Apesar de tudo o que foi já referido, não existe informação ainda suficiente para discernir quais os microrganismos iniciadores e promotores das peri-implantites (Kocar, Seme et al.). Porém, e uma vez que está provada a translocação de microrganismos das bolsas periodontais para as superfícies implantares, é fundamental iniciar a terapia periodontal em pacientes com periodontite ativa antes da colocação de implantes, de forma a diminuir o seu potencial patogénico e inibi-los de colonizar os implantes (Renvert and Persson 2009; Greenstein, Cavallaro et al. 2010; Heitz-Mayfield and Lang 2010).
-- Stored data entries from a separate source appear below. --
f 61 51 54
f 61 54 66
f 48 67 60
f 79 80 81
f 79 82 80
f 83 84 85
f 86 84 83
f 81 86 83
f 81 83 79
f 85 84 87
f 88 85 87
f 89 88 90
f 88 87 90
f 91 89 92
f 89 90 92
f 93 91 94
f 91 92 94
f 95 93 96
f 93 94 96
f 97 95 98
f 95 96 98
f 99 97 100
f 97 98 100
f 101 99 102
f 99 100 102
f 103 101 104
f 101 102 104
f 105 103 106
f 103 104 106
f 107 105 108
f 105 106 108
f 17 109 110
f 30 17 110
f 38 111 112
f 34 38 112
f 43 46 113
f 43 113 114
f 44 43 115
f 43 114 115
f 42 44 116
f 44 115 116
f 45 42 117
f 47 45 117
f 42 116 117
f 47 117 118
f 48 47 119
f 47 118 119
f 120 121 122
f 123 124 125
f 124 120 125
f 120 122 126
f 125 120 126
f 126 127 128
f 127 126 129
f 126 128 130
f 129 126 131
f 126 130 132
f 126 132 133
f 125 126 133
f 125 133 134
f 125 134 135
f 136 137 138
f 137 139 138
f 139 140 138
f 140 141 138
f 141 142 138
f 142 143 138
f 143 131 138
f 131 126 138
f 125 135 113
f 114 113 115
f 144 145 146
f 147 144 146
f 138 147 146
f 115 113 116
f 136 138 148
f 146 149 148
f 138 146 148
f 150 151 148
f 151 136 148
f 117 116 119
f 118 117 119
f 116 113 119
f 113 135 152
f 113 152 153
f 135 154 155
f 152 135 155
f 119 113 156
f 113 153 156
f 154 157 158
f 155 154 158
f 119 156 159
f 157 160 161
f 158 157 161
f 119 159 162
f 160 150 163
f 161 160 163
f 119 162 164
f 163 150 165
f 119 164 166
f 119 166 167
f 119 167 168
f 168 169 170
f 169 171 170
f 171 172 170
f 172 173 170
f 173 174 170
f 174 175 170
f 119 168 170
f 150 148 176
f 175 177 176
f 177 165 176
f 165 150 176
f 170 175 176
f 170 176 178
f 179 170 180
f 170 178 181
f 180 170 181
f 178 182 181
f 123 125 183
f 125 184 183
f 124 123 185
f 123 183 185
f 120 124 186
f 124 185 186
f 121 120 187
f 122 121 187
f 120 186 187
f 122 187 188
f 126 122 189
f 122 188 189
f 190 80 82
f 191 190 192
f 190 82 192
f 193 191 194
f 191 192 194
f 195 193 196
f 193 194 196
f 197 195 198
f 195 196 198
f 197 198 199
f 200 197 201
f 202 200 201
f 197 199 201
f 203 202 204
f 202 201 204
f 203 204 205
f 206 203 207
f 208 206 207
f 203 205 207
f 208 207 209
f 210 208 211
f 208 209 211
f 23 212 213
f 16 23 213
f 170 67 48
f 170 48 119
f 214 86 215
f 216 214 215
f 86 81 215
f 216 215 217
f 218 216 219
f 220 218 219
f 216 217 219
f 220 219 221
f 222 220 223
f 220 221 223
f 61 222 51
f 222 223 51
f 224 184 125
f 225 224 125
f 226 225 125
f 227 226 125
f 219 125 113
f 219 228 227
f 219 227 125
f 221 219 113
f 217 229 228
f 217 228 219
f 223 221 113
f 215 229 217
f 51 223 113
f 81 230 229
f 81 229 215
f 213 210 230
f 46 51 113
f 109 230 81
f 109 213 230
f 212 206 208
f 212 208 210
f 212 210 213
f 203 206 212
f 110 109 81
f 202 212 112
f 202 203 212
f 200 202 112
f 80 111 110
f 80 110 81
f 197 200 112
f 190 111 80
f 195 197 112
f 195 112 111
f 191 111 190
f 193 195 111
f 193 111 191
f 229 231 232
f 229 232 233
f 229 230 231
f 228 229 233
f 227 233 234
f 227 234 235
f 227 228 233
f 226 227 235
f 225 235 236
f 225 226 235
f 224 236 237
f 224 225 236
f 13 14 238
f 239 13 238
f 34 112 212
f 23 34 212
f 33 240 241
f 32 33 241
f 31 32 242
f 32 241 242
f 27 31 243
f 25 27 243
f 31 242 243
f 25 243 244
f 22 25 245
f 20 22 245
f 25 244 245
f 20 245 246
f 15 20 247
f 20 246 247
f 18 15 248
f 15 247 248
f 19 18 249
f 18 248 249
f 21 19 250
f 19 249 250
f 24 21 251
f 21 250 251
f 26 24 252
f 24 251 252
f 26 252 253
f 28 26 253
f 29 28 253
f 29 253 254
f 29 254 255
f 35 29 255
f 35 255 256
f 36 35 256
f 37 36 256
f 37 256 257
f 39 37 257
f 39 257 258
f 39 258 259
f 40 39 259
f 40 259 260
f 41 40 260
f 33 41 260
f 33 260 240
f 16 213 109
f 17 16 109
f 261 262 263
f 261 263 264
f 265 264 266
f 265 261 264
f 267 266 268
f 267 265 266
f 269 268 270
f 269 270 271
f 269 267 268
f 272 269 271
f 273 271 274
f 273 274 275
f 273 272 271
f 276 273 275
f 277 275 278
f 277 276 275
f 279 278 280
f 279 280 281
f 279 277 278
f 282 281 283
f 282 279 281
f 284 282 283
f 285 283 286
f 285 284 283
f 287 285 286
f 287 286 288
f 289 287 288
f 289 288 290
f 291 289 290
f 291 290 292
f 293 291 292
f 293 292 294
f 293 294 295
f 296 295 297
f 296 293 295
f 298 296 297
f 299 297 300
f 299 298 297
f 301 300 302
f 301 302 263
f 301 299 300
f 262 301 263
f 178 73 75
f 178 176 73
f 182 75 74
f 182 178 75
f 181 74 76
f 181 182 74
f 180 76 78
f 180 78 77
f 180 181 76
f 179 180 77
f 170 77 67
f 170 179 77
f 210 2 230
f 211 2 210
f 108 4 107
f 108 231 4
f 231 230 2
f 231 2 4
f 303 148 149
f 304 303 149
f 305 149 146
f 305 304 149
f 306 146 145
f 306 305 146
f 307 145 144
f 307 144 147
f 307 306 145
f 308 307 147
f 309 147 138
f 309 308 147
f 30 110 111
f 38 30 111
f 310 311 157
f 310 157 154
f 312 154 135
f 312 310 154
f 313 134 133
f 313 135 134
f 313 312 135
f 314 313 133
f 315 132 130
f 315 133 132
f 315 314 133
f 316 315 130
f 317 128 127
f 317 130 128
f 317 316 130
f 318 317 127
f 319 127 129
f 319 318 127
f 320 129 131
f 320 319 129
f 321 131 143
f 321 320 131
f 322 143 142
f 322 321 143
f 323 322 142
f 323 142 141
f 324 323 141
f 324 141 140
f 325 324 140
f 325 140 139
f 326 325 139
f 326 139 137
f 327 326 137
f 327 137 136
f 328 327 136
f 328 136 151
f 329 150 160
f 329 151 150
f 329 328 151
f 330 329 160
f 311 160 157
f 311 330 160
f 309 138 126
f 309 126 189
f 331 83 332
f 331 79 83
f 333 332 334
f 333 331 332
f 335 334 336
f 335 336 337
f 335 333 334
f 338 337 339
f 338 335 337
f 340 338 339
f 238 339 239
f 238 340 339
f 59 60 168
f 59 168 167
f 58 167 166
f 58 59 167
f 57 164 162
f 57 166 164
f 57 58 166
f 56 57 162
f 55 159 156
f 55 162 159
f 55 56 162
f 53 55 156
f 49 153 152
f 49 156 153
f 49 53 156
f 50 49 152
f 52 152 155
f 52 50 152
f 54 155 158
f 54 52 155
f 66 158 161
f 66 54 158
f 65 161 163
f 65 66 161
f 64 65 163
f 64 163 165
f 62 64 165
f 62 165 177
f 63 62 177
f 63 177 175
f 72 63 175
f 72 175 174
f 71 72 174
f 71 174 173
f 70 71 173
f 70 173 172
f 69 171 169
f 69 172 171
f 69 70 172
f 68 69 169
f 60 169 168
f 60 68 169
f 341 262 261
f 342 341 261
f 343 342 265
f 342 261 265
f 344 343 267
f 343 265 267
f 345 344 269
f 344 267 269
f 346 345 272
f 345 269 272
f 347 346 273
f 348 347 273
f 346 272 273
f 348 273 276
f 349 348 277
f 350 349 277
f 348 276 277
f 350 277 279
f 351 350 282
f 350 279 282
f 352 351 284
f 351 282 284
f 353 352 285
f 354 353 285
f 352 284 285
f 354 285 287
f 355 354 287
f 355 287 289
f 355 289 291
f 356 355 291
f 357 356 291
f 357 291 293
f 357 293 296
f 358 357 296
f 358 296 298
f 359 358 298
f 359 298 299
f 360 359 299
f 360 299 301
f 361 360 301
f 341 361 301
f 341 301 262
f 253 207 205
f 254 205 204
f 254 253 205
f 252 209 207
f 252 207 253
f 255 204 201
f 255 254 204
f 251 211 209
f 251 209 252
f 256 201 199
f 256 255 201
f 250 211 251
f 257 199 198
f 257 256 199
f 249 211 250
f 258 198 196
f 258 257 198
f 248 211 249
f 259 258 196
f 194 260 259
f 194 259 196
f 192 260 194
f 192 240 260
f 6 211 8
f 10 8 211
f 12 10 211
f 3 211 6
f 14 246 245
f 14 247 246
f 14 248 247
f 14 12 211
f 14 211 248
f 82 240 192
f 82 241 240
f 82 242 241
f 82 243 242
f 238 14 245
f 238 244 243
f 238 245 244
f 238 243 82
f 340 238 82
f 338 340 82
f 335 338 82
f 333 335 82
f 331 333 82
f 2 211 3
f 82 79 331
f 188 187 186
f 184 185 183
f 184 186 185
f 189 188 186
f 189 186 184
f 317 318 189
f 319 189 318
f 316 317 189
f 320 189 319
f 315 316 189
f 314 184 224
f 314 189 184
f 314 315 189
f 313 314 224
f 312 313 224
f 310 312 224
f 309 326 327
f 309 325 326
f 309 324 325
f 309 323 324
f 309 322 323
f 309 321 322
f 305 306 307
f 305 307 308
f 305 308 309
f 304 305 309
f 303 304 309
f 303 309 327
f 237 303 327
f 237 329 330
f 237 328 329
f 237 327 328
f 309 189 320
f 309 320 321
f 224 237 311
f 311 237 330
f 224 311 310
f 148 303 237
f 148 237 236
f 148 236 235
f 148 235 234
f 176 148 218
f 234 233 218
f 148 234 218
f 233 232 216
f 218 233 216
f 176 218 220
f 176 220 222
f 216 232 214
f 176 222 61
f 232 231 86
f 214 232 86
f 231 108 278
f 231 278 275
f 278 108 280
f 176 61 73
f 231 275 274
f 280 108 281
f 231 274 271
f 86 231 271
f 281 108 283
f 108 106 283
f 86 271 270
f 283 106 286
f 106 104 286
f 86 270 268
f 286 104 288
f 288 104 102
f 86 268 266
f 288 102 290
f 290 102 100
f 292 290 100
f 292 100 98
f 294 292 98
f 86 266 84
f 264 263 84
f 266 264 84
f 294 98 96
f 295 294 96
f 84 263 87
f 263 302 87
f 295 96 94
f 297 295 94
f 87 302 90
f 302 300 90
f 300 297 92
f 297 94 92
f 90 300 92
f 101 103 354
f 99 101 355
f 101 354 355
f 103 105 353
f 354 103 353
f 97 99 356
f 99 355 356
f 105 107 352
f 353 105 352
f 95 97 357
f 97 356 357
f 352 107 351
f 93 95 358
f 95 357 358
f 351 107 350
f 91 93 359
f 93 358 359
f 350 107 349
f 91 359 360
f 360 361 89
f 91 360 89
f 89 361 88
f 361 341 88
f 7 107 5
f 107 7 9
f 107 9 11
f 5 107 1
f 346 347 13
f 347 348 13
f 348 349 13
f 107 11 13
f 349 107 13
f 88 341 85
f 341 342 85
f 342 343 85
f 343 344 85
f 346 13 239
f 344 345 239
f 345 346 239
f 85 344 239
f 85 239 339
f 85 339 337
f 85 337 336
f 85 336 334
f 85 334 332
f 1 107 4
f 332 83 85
E tal qual acontece para a periodontite, temos ainda que considerar a susceptibilidade do hospedeiro como fator fundamental para permitir dano peri- implantar face a uma estabelecida virulência dos microrganismos que certamente influem na severidade e no estabelecimento da doença peri- implantar (Meijndert, van der Reijden et al. 2010)
Influência do edentulismo total na microbiota implantar:
Em pacientes edêntulos, o principal reservatório de colonização bacteriana são as mucosas orais como a língua e a mucosa jugal (Kocar, Seme et al. ; Salvi and Lang 2004; Fernandes, Aquino et al. 2010). Provavelmente por essa razão, tem sido demonstrado que as bactérias encontradas em casos de reabilitações parciais com implantes são mais patogénicas (especialmente gram negativas e espiroquetas) do que nos casos de reabilitações totais (Meffert 1996). Foi também observado que, após extração dentária, espécies
como Aa e Pg não são frequentemente isoladas em locais que posteriormente desenvolvam patologia peri-implantar mesmo quando haviam sido previamente detectadas em torno dos dentes extraídos (Fardal, Johannessen et al. 1999; Klinge, Hultin et al. 2005; Greenstein, Cavallaro et al. 2010). Por outro lado, alguns autores têm reportado uma possível re-emergência de bactérias patogénicas num período de até doze meses com um espectro semelhante àquele diagnosticado previamente às extrações devido à sua permanência por exemplo no dorso da língua (Kocar, Seme et al. ; Emrani, Chee et al. 2009; Fernandes, Aquino et al. 2010; Kocar, Seme et al. 2010; Meijndert, van der Reijden et al. 2010).